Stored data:
● ● ● ● ● ● ●

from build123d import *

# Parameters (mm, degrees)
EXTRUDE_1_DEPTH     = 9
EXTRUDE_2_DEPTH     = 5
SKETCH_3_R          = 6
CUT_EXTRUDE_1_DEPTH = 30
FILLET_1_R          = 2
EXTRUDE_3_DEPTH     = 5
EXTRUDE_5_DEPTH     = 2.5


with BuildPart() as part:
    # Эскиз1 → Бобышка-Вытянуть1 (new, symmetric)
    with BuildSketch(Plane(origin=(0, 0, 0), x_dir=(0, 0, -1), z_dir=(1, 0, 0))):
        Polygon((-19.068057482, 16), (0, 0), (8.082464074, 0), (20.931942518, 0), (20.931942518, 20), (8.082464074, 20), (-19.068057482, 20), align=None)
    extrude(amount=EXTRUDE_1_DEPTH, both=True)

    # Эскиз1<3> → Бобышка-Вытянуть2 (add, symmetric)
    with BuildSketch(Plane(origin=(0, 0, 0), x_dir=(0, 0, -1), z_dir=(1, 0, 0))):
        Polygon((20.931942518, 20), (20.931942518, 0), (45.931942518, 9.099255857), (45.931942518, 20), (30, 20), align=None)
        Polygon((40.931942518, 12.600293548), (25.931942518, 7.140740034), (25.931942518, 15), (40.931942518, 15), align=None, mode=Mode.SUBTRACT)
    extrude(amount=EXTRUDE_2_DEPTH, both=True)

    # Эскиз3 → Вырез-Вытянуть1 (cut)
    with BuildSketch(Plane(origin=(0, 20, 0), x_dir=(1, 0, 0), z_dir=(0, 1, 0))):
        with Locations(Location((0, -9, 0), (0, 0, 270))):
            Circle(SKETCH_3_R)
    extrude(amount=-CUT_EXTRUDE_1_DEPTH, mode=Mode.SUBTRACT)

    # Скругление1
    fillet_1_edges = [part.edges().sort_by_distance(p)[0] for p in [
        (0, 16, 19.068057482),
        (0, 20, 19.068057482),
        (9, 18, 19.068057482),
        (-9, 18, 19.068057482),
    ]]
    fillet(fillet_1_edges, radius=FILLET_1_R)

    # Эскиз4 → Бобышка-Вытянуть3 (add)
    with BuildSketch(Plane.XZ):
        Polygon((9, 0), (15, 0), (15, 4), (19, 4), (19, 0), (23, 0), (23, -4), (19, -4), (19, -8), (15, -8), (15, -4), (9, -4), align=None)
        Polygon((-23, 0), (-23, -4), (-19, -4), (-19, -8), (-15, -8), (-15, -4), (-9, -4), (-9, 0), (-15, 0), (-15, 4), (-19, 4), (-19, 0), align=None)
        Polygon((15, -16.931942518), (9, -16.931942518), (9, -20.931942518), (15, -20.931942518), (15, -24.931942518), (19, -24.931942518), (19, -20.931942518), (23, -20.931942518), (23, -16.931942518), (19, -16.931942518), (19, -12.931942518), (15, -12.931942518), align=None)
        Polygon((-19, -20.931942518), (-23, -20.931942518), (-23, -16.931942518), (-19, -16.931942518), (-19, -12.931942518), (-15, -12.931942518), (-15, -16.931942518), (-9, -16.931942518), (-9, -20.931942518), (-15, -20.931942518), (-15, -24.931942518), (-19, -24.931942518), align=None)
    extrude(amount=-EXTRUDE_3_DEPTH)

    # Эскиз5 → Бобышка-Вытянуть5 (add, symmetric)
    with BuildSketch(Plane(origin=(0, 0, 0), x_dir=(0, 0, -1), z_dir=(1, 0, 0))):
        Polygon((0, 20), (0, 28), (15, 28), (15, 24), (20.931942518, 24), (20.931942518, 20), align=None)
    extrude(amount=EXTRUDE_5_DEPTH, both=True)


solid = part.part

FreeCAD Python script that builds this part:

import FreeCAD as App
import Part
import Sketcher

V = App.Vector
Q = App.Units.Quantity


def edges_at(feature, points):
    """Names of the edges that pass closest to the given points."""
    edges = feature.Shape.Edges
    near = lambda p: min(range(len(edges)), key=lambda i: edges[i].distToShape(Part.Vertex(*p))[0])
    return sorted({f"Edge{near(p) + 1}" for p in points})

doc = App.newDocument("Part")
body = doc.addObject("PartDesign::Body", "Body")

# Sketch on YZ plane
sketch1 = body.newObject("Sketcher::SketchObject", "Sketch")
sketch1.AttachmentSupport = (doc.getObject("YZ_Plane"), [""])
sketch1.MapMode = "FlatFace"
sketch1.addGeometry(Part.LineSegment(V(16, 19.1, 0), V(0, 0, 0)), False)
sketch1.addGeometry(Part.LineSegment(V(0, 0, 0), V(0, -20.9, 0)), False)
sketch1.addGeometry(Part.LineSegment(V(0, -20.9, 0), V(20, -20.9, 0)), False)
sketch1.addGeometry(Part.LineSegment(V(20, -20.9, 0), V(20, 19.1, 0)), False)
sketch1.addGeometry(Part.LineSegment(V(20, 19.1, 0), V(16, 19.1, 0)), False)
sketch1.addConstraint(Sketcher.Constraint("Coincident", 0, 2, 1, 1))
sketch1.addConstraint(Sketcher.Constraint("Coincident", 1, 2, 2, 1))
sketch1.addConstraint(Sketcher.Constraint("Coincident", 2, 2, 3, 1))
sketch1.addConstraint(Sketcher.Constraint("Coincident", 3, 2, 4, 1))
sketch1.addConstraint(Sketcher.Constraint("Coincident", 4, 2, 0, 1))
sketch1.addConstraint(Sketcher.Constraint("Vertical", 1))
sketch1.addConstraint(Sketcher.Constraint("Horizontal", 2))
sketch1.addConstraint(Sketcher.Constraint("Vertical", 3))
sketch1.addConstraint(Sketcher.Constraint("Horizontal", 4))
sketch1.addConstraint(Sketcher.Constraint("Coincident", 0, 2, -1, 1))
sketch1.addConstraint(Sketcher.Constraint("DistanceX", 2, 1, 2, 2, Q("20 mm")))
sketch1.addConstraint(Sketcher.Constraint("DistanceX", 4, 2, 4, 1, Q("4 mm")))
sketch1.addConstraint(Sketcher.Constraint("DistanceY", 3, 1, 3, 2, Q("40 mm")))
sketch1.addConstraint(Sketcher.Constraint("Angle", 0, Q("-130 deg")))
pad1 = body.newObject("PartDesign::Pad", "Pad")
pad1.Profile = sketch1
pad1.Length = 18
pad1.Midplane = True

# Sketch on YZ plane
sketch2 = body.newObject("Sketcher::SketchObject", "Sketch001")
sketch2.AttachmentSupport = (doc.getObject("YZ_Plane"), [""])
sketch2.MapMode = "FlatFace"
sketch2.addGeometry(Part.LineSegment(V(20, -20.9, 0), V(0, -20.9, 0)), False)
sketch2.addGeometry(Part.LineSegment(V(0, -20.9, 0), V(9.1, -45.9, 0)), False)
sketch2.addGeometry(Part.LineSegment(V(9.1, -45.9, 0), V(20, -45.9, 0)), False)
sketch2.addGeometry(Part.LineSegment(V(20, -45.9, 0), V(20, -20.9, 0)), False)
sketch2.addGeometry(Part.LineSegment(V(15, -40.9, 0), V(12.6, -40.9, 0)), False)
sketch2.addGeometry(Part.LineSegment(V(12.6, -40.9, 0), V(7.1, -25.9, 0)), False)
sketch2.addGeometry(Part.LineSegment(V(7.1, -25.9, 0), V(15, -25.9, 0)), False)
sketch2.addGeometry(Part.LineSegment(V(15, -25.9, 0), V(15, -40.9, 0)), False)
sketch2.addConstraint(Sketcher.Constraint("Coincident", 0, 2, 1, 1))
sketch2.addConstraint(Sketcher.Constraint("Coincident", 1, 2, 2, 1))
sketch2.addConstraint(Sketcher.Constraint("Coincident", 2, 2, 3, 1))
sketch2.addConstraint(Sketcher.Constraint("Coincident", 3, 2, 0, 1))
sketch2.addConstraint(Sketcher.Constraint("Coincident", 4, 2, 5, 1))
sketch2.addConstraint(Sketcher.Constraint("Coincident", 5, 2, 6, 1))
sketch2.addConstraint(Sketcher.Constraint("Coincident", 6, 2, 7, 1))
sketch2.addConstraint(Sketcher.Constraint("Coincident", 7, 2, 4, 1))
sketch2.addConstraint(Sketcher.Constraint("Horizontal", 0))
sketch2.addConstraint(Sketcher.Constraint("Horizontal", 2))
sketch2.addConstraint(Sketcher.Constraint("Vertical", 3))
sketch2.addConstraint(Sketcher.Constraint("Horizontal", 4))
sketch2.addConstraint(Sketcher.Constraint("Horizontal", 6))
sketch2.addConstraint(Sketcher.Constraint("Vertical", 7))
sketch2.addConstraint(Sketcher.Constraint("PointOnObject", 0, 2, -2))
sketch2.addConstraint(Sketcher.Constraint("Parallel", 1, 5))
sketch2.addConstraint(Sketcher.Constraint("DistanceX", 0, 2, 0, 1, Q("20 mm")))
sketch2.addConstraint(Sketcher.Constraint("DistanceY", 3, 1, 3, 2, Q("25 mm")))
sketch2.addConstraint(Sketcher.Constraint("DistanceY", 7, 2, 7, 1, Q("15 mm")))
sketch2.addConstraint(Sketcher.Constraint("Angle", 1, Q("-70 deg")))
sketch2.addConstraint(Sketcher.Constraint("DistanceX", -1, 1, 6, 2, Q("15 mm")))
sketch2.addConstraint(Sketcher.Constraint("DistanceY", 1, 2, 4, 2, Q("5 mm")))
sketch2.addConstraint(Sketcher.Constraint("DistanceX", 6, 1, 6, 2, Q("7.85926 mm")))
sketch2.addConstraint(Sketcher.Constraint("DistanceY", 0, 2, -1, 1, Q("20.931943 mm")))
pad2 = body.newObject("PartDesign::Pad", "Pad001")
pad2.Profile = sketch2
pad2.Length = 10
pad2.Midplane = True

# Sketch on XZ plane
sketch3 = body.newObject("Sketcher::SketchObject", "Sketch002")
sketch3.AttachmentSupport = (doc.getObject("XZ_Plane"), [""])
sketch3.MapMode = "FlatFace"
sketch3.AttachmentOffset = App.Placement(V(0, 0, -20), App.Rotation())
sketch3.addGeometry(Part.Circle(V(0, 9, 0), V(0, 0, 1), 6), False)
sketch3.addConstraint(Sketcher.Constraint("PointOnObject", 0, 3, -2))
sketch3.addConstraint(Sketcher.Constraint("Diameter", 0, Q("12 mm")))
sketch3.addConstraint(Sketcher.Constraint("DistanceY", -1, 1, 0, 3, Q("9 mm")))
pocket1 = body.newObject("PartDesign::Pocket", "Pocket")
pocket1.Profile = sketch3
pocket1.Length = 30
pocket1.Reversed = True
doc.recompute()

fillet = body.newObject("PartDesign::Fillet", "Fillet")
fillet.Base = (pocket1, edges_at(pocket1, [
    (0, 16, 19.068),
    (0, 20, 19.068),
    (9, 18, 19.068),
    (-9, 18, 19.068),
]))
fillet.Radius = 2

● ● ● ● ● ● ●

Task statement: Taking the entries above, restate exactly those lines that fall between the line with "extrude(amount=-CUT_EXTRUDE_1_DEPTH, mode=Mode.SUBTRACT)" and the line with "(15, -12.931942518), align=None)", keeping both of those lines too.

Solution for this task:
    extrude(amount=-CUT_EXTRUDE_1_DEPTH, mode=Mode.SUBTRACT)

    # Скругление1
    fillet_1_edges = [part.edges().sort_by_distance(p)[0] for p in [
        (0, 16, 19.068057482),
        (0, 20, 19.068057482),
        (9, 18, 19.068057482),
        (-9, 18, 19.068057482),
    ]]
    fillet(fillet_1_edges, radius=FILLET_1_R)

    # Эскиз4 → Бобышка-Вытянуть3 (add)
    with BuildSketch(Plane.XZ):
        Polygon((9, 0), (15, 0), (15, 4), (19, 4), (19, 0), (23, 0), (23, -4), (19, -4), (19, -8), (15, -8), (15, -4), (9, -4), align=None)
        Polygon((-23, 0), (-23, -4), (-19, -4), (-19, -8), (-15, -8), (-15, -4), (-9, -4), (-9, 0), (-15, 0), (-15, 4), (-19, 4), (-19, 0), align=None)
        Polygon((15, -16.931942518), (9, -16.931942518), (9, -20.931942518), (15, -20.931942518), (15, -24.931942518), (19, -24.931942518), (19, -20.931942518), (23, -20.931942518), (23, -16.931942518), (19, -16.931942518), (19, -12.931942518), (15, -12.931942518), align=None)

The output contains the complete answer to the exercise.